Bank of Canada governor Mark Carney was on CBC TV today and was again letting us know what some of the signs we are headed for recovery. I have recently blogged about this here, here, here and here but since my quest is to always show the other side of the story that the media shy’s away from here we go:
1) Fiscal policy around the globe has been easing, because there are clear signs that the measures have been taking hold, not the least of which is when global central banks start easing their monetary and fiscal policies they are signaling they are responding to the market improving.
2) He mentions there has been a sharp increase in business and consumer confidence, he also referred to a stabilized real estate market, yes folks it’s true the real estate market has stabilized, better get off the fence.
3) He mentioned sharply dropping business inventories a lot, which I reported from Benjamin Tal’s presentation last week. This is not often talked about but is incredibly important for a recovery, once businesses shed their over inflated inventories left over from the lack of sales brought on by the recession, they will have to start producing more which equals increased productivity and jobs etc, which spells r-e-c-o-v-e-r-y.

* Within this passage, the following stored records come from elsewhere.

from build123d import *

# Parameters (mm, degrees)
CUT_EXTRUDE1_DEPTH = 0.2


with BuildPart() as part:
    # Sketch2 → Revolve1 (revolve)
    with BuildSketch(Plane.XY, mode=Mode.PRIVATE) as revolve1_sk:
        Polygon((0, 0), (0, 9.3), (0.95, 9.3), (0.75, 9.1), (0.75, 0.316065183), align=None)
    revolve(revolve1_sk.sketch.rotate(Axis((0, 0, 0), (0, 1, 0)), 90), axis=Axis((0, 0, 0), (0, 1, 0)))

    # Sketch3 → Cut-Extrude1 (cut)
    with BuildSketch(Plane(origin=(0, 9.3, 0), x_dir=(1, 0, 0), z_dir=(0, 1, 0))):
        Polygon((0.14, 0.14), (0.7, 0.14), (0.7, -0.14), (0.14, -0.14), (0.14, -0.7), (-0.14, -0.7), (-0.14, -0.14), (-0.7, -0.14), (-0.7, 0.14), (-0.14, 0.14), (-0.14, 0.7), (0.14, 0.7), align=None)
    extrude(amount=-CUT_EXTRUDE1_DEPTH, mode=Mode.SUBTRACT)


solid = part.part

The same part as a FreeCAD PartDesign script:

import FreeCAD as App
import Part
import Sketcher
Q = App.Units.Quantity


def add_polygon(sketch, points):
    """Adds a closed chain of lines whose ends are joined by coincident constraints."""
    first, n = sketch.GeometryCount, len(points)
    for a, b in zip(points, points[1:] + points[:1]):
        sketch.addGeometry(Part.LineSegment(App.Vector(*a, 0), App.Vector(*b, 0)), False)
    for i in range(n):
        sketch.addConstraint(Sketcher.Constraint("Coincident", first + i, 2, first + (i + 1) % n, 1))

doc = App.newDocument("Part")
body = doc.addObject("PartDesign::Body", "Body")

# Sketch on XY plane
sketch1 = body.newObject("Sketcher::SketchObject", "Sketch")
sketch1.AttachmentSupport = (doc.getObject("XY_Plane"), [""])
sketch1.MapMode = "FlatFace"
add_polygon(sketch1, [(0, 9.3), (0, 0), (0.75, 0.32), (0.75, 9.1), (0.95, 9.3)])  # lines 0-4
sketch1.addConstraint(Sketcher.Constraint("Vertical", 0))
sketch1.addConstraint(Sketcher.Constraint("Vertical", 2))
sketch1.addConstraint(Sketcher.Constraint("Horizontal", 4))
sketch1.addConstraint(Sketcher.Constraint("Coincident", 0, 2, -1, 1))
sketch1.addConstraint(Sketcher.Constraint("Angle", 3, Q("45 deg")))
sketch1.addConstraint(Sketcher.Constraint("DistanceY", 0, 2, 0, 1, 9.3))
sketch1.addConstraint(Sketcher.Constraint("DistanceX", 4, 2, 4, 1, 0.95))
sketch1.addConstraint(Sketcher.Constraint("DistanceY", -1, 1, 2, 2, 9.1))
sketch1.addConstraint(Sketcher.Constraint("DistanceY", 2, 1, 2, 2, 8.783935))
revolution = body.newObject("PartDesign::Revolution", "Revolution")
revolution.Profile = sketch1
revolution.ReferenceAxis = (sketch1, ["V_Axis"])
revolution.Angle = 360

# Sketch on XZ plane
sketch2 = body.newObject("Sketcher::SketchObject", "Sketch001")
sketch2.AttachmentSupport = (doc.getObject("XZ_Plane"), [""])
sketch2.MapMode = "FlatFace"
sketch2.AttachmentOffset = App.Placement(App.Vector(0, 0, -9.3), App.Rotation())
add_polygon(sketch2, [(0.7, -0.14), (0.14, -0.14), (0.14, -0.7), (-0.14, -0.7), (-0.14, -0.14), (-0.7, -0.14), (-0.7, 0.14), (-0.14, 0.14), (-0.14, 0.7), (0.14, 0.7), (0.14, 0.14), (0.7, 0.14)])  # lines 0-11
sketch2.addConstraint(Sketcher.Constraint("Horizontal", 0))
sketch2.addConstraint(Sketcher.Constraint("Vertical", 1))
sketch2.addConstraint(Sketcher.Constraint("Horizontal", 2))
sketch2.addConstraint(Sketcher.Constraint("Vertical", 3))
sketch2.addConstraint(Sketcher.Constraint("Horizontal", 4))
sketch2.addConstraint(Sketcher.Constraint("Vertical", 5))
sketch2.addConstraint(Sketcher.Constraint("Horizontal", 6))
sketch2.addConstraint(Sketcher.Constraint("Vertical", 7))
sketch2.addConstraint(Sketcher.Constraint("Horizontal", 8))
sketch2.addConstraint(Sketcher.Constraint("Vertical", 9))
sketch2.addConstraint(Sketcher.Constraint("Horizontal", 10))
sketch2.addConstraint(Sketcher.Constraint("Vertical", 11))
sketch2.addConstraint(Sketcher.Constraint("Symmetric", 0, 2, 6, 2, -1, 1))
sketch2.addConstraint(Sketcher.Constraint("Symmetric", 2, 2, 8, 2, -1, 1))
sketch2.addConstraint(Sketcher.Constraint("Symmetric", 4, 2, 10, 2, -1, 1))
sketch2.addConstraint(Sketcher.Constraint("Symmetric", 0, 2, 3, 2, -2))
sketch2.addConstraint(Sketcher.Constraint("Equal", 10, 1))
sketch2.addConstraint(Sketcher.Constraint("Equal", 8, 5))
sketch2.addConstraint(Sketcher.Constraint("DistanceX", 0, 2, 0, 1, 0.56))
sketch2.addConstraint(Sketcher.Constraint("DistanceX", 2, 2, 2, 1, 0.28))
pocket1 = body.newObject("PartDesign::Pocket", "Pocket")
pocket1.Profile = sketch2
pocket1.Length = 0.2
pocket1.Reversed = True

doc.recompute()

In fact in the US although their economy dropped by 6% in the first quarter, which is of course bad, but it is largely due to the massive dropping of inventories to the tune of $103 Billion. It is really akin to the US economy ripping off the band-aid and thank God they are doing it. The faster we shed these inventories the faster we get to recovery. I would rather see a real, real bad quarter, in fact Benjamin Tal correctly called the first quarter of 2009 the darkest hour of this recession and probably the darkest hour since 1945. But it’s over. This was painful but necessary to get us to the recovery point sooner.
4) The most pessimistic analysts and economists are forecasting recovery in lockstep with the Governor. In fact one of the most outspoken negative economists was Warren Jestin from Scotiabank who said on Friday “the worst is over for the Canadian economy and that a sluggish recovery is underway”. You know when the pessimists are saying something is positive, you better believe it.
One side note I thought was interesting, was when the Governor did a reversal from his last interest rate cut announcement, not even a month ago, when he said then that he absolutely would hold the bank rate at it’s current level until June 2010. Today he said “the rate promise is an ‘absolutely conditional promise’ based on inflation remaining tepid.
Thanks Mark, we know your primary job is controlling inflation and you will increase rates to do so. What is telling foreshadowing is that the bank is concerned inflation may come back sooner then many people expect. It will.
Recently I read a blog where the writer said that in 12 months we will be concerned about deflation, not inflation, due to excess inventories as a result of reduced demand, excess labour supply, etc. He is not paying attention. He is speaking about recessionary symptons. As almost every expert says 12 months from now we will not be in a recession, and for many reasons you can read here we will be battling inflation hard.